Monday, January 22, 2018

Apple Cider (Baked) Donuts

The Food Network Channel has a new cooking show called Baking in Vermont. The subject of the show is Gesine Prado.  She and her husband live in rural Vermont and she runs a home-based baking school.  She is also the sister of the actress, Sandra Bullock.  I'm really liking the show, have earmarked many things that I want to bake. I like when the network has shows like this, where a person can learn new techniques.  I also find it interesting to see how things are done in Vermont.  They have food items and traditions that are totally foreign to this California girl!
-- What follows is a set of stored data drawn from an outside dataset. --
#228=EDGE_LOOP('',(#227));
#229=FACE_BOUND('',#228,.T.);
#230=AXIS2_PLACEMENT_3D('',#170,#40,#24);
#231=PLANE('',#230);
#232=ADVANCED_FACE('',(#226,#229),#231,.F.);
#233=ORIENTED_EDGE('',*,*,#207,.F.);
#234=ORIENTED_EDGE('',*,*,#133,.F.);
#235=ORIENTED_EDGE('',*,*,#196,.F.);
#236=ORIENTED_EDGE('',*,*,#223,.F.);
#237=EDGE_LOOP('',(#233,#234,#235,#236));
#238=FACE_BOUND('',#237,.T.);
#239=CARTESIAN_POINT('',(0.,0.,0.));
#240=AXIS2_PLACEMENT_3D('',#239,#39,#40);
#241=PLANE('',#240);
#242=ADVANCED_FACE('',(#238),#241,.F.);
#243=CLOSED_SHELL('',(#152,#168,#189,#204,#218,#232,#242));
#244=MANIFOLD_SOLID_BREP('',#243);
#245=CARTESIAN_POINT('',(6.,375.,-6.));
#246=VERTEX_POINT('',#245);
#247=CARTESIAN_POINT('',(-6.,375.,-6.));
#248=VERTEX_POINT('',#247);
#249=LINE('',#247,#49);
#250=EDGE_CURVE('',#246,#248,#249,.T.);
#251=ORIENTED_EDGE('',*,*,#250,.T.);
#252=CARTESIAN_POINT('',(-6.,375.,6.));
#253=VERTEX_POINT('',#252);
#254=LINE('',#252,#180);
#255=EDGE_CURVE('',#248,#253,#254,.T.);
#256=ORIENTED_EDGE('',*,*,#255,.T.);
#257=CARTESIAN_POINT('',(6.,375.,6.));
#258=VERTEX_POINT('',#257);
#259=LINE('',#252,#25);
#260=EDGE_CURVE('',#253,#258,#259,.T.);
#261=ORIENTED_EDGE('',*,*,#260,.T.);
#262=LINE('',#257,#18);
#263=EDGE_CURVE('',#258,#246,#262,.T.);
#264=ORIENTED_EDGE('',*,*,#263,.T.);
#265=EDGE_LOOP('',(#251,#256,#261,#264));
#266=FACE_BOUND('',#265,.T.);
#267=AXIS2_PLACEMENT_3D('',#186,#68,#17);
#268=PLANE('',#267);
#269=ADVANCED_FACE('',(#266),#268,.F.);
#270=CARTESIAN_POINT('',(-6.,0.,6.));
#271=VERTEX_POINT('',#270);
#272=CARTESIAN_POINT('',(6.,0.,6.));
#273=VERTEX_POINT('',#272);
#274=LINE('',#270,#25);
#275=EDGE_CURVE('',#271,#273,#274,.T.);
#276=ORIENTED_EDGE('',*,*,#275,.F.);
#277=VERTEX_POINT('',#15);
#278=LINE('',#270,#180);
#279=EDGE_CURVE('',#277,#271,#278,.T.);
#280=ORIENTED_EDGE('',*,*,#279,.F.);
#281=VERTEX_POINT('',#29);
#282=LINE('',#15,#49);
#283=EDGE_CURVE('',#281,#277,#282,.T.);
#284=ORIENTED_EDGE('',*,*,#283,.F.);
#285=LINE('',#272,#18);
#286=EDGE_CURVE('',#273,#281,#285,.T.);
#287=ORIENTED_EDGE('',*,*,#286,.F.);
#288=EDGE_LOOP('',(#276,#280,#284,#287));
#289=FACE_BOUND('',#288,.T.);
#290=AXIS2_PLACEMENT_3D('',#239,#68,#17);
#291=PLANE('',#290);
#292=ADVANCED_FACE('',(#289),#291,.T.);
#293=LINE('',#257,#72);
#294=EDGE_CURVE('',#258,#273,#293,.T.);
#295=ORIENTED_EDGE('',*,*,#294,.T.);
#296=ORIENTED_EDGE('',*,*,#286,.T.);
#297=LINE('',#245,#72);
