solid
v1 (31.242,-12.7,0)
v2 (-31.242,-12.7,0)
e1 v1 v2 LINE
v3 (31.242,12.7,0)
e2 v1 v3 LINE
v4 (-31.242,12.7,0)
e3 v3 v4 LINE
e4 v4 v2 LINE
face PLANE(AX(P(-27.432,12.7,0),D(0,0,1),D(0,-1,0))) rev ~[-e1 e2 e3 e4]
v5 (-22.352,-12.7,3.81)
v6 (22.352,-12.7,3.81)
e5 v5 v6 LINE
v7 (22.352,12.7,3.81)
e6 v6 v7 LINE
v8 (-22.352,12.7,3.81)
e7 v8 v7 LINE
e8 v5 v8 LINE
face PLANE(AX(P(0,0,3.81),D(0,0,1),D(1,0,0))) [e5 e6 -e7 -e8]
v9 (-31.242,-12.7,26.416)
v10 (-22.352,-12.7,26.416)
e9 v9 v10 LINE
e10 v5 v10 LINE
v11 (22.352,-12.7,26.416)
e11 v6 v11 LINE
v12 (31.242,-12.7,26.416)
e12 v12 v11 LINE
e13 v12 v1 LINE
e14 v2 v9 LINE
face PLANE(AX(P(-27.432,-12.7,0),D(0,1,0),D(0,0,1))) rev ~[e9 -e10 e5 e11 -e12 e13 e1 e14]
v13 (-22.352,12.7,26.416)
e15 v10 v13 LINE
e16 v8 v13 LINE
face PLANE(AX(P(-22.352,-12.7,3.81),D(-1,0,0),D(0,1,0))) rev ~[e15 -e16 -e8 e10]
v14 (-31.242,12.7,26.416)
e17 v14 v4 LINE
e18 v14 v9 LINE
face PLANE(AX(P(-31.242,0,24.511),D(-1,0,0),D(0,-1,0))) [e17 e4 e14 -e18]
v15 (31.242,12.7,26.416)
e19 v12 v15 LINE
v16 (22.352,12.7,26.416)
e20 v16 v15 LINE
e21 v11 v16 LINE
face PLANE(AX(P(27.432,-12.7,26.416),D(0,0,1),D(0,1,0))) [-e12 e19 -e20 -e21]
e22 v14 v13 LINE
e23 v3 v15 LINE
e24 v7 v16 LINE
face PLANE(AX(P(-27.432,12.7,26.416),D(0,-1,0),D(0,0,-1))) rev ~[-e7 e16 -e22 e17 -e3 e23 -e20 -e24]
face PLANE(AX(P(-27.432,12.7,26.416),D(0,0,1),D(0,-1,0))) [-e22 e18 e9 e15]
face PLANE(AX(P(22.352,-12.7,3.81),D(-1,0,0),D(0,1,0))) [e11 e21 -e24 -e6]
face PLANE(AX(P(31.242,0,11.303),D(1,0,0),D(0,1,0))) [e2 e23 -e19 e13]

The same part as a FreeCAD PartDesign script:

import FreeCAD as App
import Part
import Sketcher

V = App.Vector
Q = App.Units.Quantity


def add_polygon(sketch, points):
    """Adds a closed chain of lines whose ends are joined by coincident constraints."""
    first, n = sketch.GeometryCount, len(points)
    for a, b in zip(points, points[1:] + points[:1]):
        sketch.addGeometry(Part.LineSegment(App.Vector(*a, 0), App.Vector(*b, 0)), False)
    for i in range(n):
        sketch.addConstraint(Sketcher.Constraint("Coincident", first + i, 2, first + (i + 1) % n, 1))

doc = App.newDocument("Part")
body = doc.addObject("PartDesign::Body", "Body")

# Sketch on XY plane
sketch1 = body.newObject("Sketcher::SketchObject", "Sketch")
sketch1.AttachmentSupport = (doc.getObject("XY_Plane"), [""])
sketch1.MapMode = "FlatFace"
add_polygon(sketch1, [(-27.432, 12.7), (-27.432, -12.7), (27.432, -12.7), (27.432, 12.7)])  # lines 0-3
sketch1.addConstraint(Sketcher.Constraint("Vertical", 0))
sketch1.addConstraint(Sketcher.Constraint("Horizontal", 1))
sketch1.addConstraint(Sketcher.Constraint("Vertical", 2))
sketch1.addConstraint(Sketcher.Constraint("Horizontal", 3))
sketch1.addConstraint(Sketcher.Constraint("Symmetric", 0, 2, 2, 2, -1, 1))
sketch1.addConstraint(Sketcher.Constraint("DistanceY", 0, 2, 0, 1, Q("1 in")))
sketch1.addConstraint(Sketcher.Constraint("DistanceX", 1, 1, 1, 2, Q("2.16 in")))
pad1 = body.newObject("PartDesign::Pad", "Pad")
pad1.Profile = sketch1
pad1.Length = Q("0.15 in")

# Sketch on XY plane
sketch2 = body.newObject("Sketcher::SketchObject", "Sketch001")
sketch2.AttachmentSupport = (doc.getObject("XY_Plane"), [""])
sketch2.MapMode = "FlatFace"
sketch2.AttachmentOffset = App.Placement(V(0, 0, 0.15 * 25.4), App.Rotation())
add_polygon(sketch2, [(-27.432, 12.7), (-27.432, -12.7), (-22.352, -12.7), (-22.352, 12.7)])  # lines 0-3
add_polygon(sketch2, [(22.352, 12.7), (22.352, -12.7), (27.432, -12.7), (27.432, 12.7)])  # lines 4-7
sketch2.addConstraint(Sketcher.Constraint("Vertical", 0))
sketch2.addConstraint(Sketcher.Constraint("Horizontal", 1))
sketch2.addConstraint(Sketcher.Constraint("Vertical", 2))
sketch2.addConstraint(Sketcher.Constraint("Horizontal", 3))
sketch2.addConstraint(Sketcher.Constraint("Vertical", 4))
sketch2.addConstraint(Sketcher.Constraint("Horizontal", 5))
sketch2.addConstraint(Sketcher.Constraint("Vertical", 6))
sketch2.addConstraint(Sketcher.Constraint("Horizontal", 7))
sketch2.addConstraint(Sketcher.Constraint("Symmetric", 2, 2, 4, 2, -1, 1))
sketch2.addConstraint(Sketcher.Constraint("Symmetric", 0, 2, 6, 2, -1, 1))
sketch2.addConstraint(Sketcher.Constraint("Horizontal", 1, 2, 4, 2))
sketch2.addConstraint(Sketcher.Constraint("DistanceY", 0, 2, 0, 1, Q("1 in")))
sketch2.addConstraint(Sketcher.Constraint("DistanceX", 1, 1, 1, 2, Q("0.2 in")))
sketch2.addConstraint(Sketcher.Constraint("DistanceX", 0, 2, -1, 1, Q("1.08 in")))
pad2 = body.newObject("PartDesign::Pad", "Pad001")
pad2.Profile = sketch2
pad2.Length = Q("0.89 in")

# Sketch on YZ plane
sketch3 = body.newObject("Sketcher::SketchObject", "Sketch002")
sketch3.AttachmentSupport = (doc.getObject("YZ_Plane"), [""])
sketch3.MapMode = "FlatFace"
sketch3.AttachmentOffset = App.Placement(V(0, 0, 1.08 * 25.4), App.Rotation())
add_polygon(sketch3, [(-12.7, 0), (12.7, 0), (12.7, 26.416), (-12.7, 26.416)])  # lines 0-3
sketch3.addConstraint(Sketcher.Constraint("Horizontal", 0))
sketch3.addConstraint(Sketcher.Constraint("Vertical", 1))
sketch3.addConstraint(Sketcher.Constraint("Horizontal", 2))
sketch3.addConstraint(Sketcher.Constraint("Vertical", 3))
sketch3.addConstraint(Sketcher.Constraint("Symmetric", 0, 2, 3, 2, -1, 1))
sketch3.addConstraint(Sketcher.Constraint("DistanceX", 0, 1, 0, 2, Q("1 in")))
sketch3.addConstraint(Sketcher.Constraint("DistanceY", 1, 1, 1, 2, Q("1.04 in")))
pad3 = body.newObject("PartDesign::Pad", "Pad002")
pad3.Profile = sketch3
pad3.Length = Q("0.15 in")

# Sketch on YZ plane
sketch4 = body.newObject("Sketcher::SketchObject", "Sketch003")
sketch4.AttachmentSupport = (doc.getObject("YZ_Plane"), [""])
sketch4.MapMode = "FlatFace"
sketch4.AttachmentOffset = App.Placement(V(0, 0, -1.08 * 25.4), App.Rotation())
add_polygon(sketch4, [(12.7, 26.416), (12.7, 0), (-12.7, 0), (-12.7, 26.416)])  # lines 0-3
sketch4.addConstraint(Sketcher.Constraint("Vertical", 0))
sketch4.addConstraint(Sketcher.Constraint("Horizontal", 1))
sketch4.addConstraint(Sketcher.Constraint("Vertical", 2))
sketch4.addConstraint(Sketcher.Constraint("Horizontal", 3))
sketch4.addConstraint(Sketcher.Constraint("Symmetric", 0, 2, 1, 2, -1, 1))
sketch4.addConstraint(Sketcher.Constraint("DistanceX", 1, 2, 1, 1, Q("1 in")))
sketch4.addConstraint(Sketcher.Constraint("DistanceY", 0, 2, 0, 1, Q("1.04 in")))
pad4 = body.newObject("PartDesign::Pad", "Pad003")
pad4.Profile = sketch4
pad4.Length = Q("0.15 in")
pad4.Reversed = True

doc.recompute()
On a recent show, she had an apple cider pressing gathering.  She recruited friends to press the apples and she made them breakfast.  One of the items were this baked donuts. After seeing the show I immediately went to Amazon and ordered some donut pans.  I am so easily influenced when it comes to baking pans!

I finally got around to making these.  They were quite yummy, especially when they were warm. They were very easy to make, I managed to make these and entertain my 3-year old grandson at the same time!


The recipe calls for the batter to be piped in one pan with another pan placed on top.  On the show she indicated that this was to get a round shape on both sides of the donut.  Well, in all honesty, mine were still flat on top! Maybe I should have added more batter?  It's not that big of a deal to me that I didn't have a fully-round donut so I instantly gave my two extra pans to my daughter-in-love!


I couldn't find any apple cider concentrate locally so bought this online.  It reminds me of molasses, so thick and the flavor is so concentrated. I think it definitely enhanced the flavor of these donuts.  I'm looking for recipes where I can use this again, it's so good!



Apple Cider (Baked) Donuts

1 1/2 cups all-purpose flour
1 1/2 teaspoons baking powder
1 teaspoon salt
1 teaspoon cinnamon
1/4 teaspoon nutmeg
Zest of 1 lemon
1/3 cup apple cider concentrate (for more depth of flavor) or apple cider
1/4 cup buttermilk
1 teaspoon vanilla
1 stick (4 ounces) unsalted butter, at room temperature
1/2 cup brown sugar
1/2 cup granulated sugar
2 large eggs, at room temperature

For dipping:
1 stick (4 ounces) unsalted butter, melted
1 cup granulated sugar mixed with 1 teaspoon cinnamon

Special equipment: four 6-cavity donut pans (see note above)

Preheat the oven to 350 degrees F. Spray four 6-cavity donut pans with nonstick baking spray.

In a large mixing bowl, combine the flour, baking powder, salt, cinnamon, nutmeg, and lemon zest. Whisk for 30 seconds to distribute the leavening.

In a liquid measure cup, combine the cider, buttermilk and vanilla.

In the bowl of a stand mixer fitted with the paddle attachment, combine the butter, brown sugar and granulated sugar. Mix on high until light and fluffy, 3 to 4 minutes. Scrape down the bottom and sides of the bowl.

Add the eggs, one at a time, mixing well between each addition. Scrape the bottom and sides of the bowl.

With the mixer on low, add one-third of the flour mixture and then half of the cider mixture. Continue alternating between the two until the batter is just combined. Remove the bowl from the stand mixer and, using a large rubber spatula, fold the batter a few times to make sure the ingredients are well distributed.

Transfer the batter to a piping bag or a large zip-close bag with a corner snipped off, and pipe into two of the donut pans.

Top each pan with a second, inverted pan and use clips to hold them in place. (Some pans come with clips; otherwise, use metal hardware or paper clips.)

Bake until the cake just springs back when gently touched, 15 to 20 minutes.

Turn the donuts out onto a cooling rack; immediately brush with melted butter, then dip in the cinnamon sugar.